━━━ Data for review
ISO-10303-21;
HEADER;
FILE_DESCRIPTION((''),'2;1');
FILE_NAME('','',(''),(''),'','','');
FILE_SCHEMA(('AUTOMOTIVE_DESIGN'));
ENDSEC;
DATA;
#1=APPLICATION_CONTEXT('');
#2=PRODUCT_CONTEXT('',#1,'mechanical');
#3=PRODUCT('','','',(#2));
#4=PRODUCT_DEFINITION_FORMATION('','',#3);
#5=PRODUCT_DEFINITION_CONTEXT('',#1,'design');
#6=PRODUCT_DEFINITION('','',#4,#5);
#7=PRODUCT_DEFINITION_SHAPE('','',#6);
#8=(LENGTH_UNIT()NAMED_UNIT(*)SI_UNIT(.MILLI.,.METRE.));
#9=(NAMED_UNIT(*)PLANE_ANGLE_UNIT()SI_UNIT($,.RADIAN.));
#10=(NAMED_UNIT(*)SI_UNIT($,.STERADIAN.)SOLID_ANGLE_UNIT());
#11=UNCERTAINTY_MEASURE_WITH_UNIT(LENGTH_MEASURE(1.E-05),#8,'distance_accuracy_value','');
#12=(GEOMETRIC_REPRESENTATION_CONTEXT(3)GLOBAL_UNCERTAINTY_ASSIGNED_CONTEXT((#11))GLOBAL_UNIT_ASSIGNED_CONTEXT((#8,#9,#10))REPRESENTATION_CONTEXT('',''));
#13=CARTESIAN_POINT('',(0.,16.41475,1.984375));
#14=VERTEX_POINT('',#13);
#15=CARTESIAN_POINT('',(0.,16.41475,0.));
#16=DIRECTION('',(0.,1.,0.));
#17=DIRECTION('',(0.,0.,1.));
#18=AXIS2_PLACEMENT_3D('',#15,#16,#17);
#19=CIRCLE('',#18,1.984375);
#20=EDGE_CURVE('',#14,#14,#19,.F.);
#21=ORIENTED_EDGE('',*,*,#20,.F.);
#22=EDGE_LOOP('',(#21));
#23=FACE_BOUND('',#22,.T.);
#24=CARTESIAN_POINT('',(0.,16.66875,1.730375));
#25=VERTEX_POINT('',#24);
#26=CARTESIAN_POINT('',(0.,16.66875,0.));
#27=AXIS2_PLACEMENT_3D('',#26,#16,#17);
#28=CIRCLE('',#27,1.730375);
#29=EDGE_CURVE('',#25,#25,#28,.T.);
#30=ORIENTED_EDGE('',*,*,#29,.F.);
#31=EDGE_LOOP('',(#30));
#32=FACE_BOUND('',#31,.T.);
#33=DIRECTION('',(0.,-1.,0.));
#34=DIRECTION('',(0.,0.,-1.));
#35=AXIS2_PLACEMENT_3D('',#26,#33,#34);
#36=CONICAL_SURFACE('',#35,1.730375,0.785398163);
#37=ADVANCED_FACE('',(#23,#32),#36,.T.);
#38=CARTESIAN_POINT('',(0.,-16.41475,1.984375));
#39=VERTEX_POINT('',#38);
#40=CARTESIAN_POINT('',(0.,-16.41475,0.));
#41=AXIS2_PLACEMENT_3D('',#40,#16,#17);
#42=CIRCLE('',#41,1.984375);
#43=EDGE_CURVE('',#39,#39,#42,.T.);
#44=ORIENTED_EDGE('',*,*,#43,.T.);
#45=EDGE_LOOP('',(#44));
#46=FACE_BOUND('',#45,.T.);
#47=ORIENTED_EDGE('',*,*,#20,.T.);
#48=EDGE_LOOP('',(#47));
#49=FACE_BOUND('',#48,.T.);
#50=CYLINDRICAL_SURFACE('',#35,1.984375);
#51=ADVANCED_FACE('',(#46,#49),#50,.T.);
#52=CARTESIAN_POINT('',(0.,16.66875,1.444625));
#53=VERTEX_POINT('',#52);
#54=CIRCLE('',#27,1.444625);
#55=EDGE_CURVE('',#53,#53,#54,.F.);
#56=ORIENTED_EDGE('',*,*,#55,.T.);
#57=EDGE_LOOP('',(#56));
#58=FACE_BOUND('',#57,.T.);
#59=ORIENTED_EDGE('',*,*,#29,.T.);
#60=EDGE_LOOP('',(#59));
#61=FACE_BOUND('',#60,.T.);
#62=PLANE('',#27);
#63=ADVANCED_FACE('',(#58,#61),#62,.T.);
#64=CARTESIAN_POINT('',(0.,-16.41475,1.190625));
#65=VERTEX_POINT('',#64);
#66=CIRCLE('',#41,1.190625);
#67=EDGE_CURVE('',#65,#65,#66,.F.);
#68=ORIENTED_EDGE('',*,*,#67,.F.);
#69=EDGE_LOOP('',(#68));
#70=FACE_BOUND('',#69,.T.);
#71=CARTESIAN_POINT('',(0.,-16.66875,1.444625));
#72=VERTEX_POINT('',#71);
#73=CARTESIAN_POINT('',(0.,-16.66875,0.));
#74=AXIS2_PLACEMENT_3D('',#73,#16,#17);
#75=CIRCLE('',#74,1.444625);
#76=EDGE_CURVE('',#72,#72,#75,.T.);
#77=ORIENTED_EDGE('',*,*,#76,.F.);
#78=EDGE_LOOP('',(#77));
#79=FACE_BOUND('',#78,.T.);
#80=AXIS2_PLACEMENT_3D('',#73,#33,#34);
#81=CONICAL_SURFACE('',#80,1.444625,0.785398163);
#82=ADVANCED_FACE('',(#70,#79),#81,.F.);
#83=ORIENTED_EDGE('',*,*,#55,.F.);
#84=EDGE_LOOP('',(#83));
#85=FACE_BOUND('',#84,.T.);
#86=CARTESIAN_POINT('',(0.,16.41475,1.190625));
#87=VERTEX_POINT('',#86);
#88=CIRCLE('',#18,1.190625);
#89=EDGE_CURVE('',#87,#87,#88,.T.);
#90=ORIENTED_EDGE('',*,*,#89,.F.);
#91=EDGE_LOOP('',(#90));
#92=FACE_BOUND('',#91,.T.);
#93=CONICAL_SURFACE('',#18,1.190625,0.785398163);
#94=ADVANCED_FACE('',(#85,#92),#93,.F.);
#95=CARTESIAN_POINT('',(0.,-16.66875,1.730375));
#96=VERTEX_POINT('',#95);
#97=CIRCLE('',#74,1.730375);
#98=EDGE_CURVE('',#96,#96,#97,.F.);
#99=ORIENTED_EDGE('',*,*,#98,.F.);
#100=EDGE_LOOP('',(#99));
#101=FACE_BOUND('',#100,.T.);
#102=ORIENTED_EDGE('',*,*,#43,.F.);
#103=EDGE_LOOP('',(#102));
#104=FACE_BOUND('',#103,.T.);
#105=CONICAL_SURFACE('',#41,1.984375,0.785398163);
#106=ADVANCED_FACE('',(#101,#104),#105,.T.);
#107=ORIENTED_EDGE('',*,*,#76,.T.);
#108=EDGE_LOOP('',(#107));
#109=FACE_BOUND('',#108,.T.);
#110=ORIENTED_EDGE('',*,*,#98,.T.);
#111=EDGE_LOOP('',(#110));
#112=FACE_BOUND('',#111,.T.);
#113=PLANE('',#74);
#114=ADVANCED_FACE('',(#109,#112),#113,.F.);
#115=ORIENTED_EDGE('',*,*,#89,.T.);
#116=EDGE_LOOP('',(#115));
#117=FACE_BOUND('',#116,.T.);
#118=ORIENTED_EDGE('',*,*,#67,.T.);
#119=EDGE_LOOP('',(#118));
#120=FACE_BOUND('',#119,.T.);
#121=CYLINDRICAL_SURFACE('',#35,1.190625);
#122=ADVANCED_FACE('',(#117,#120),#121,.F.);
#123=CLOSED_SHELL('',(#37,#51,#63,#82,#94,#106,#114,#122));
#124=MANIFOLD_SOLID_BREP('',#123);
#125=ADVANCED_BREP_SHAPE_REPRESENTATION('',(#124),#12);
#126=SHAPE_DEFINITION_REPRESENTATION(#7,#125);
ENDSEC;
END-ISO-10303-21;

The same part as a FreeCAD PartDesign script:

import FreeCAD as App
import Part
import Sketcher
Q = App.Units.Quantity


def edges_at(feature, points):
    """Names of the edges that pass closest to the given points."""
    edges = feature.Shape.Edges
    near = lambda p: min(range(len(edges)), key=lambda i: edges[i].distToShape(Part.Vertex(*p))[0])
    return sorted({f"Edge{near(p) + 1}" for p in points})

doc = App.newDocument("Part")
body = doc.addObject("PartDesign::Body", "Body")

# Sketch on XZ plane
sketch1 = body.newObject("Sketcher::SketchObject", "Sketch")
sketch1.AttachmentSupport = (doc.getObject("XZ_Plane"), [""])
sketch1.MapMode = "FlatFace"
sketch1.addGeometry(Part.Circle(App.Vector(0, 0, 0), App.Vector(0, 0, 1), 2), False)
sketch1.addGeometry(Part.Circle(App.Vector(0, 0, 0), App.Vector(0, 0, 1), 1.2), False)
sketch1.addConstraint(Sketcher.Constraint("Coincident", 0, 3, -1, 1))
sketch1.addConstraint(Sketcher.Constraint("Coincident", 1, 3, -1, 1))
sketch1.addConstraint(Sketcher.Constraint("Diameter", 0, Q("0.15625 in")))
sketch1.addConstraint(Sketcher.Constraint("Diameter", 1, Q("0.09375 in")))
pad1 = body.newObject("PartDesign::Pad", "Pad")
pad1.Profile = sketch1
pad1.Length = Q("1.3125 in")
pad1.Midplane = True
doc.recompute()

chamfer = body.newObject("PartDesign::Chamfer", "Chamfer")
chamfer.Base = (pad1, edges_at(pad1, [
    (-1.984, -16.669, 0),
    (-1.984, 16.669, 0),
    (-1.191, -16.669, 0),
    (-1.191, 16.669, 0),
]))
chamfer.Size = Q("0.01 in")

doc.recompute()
━━━━━━
**How to complete this task:** For the lines above, output exactly those from the line containing "#95=CARTESIAN_POINT('',(0.,-16.66875,1.730375));" through the line containing "#112=FACE_BOUND('',#111,.T.);", and skip the others.

**Solution for this task:**
#95=CARTESIAN_POINT('',(0.,-16.66875,1.730375));
#96=VERTEX_POINT('',#95);
#97=CIRCLE('',#74,1.730375);
#98=EDGE_CURVE('',#96,#96,#97,.F.);
#99=ORIENTED_EDGE('',*,*,#98,.F.);
#100=EDGE_LOOP('',(#99));
#101=FACE_BOUND('',#100,.T.);
#102=ORIENTED_EDGE('',*,*,#43,.F.);
#103=EDGE_LOOP('',(#102));
#104=FACE_BOUND('',#103,.T.);
#105=CONICAL_SURFACE('',#41,1.984375,0.785398163);
#106=ADVANCED_FACE('',(#101,#104),#105,.T.);
#107=ORIENTED_EDGE('',*,*,#76,.T.);
#108=EDGE_LOOP('',(#107));
#109=FACE_BOUND('',#108,.T.);
#110=ORIENTED_EDGE('',*,*,#98,.T.);
#111=EDGE_LOOP('',(#110));
#112=FACE_BOUND('',#111,.T.);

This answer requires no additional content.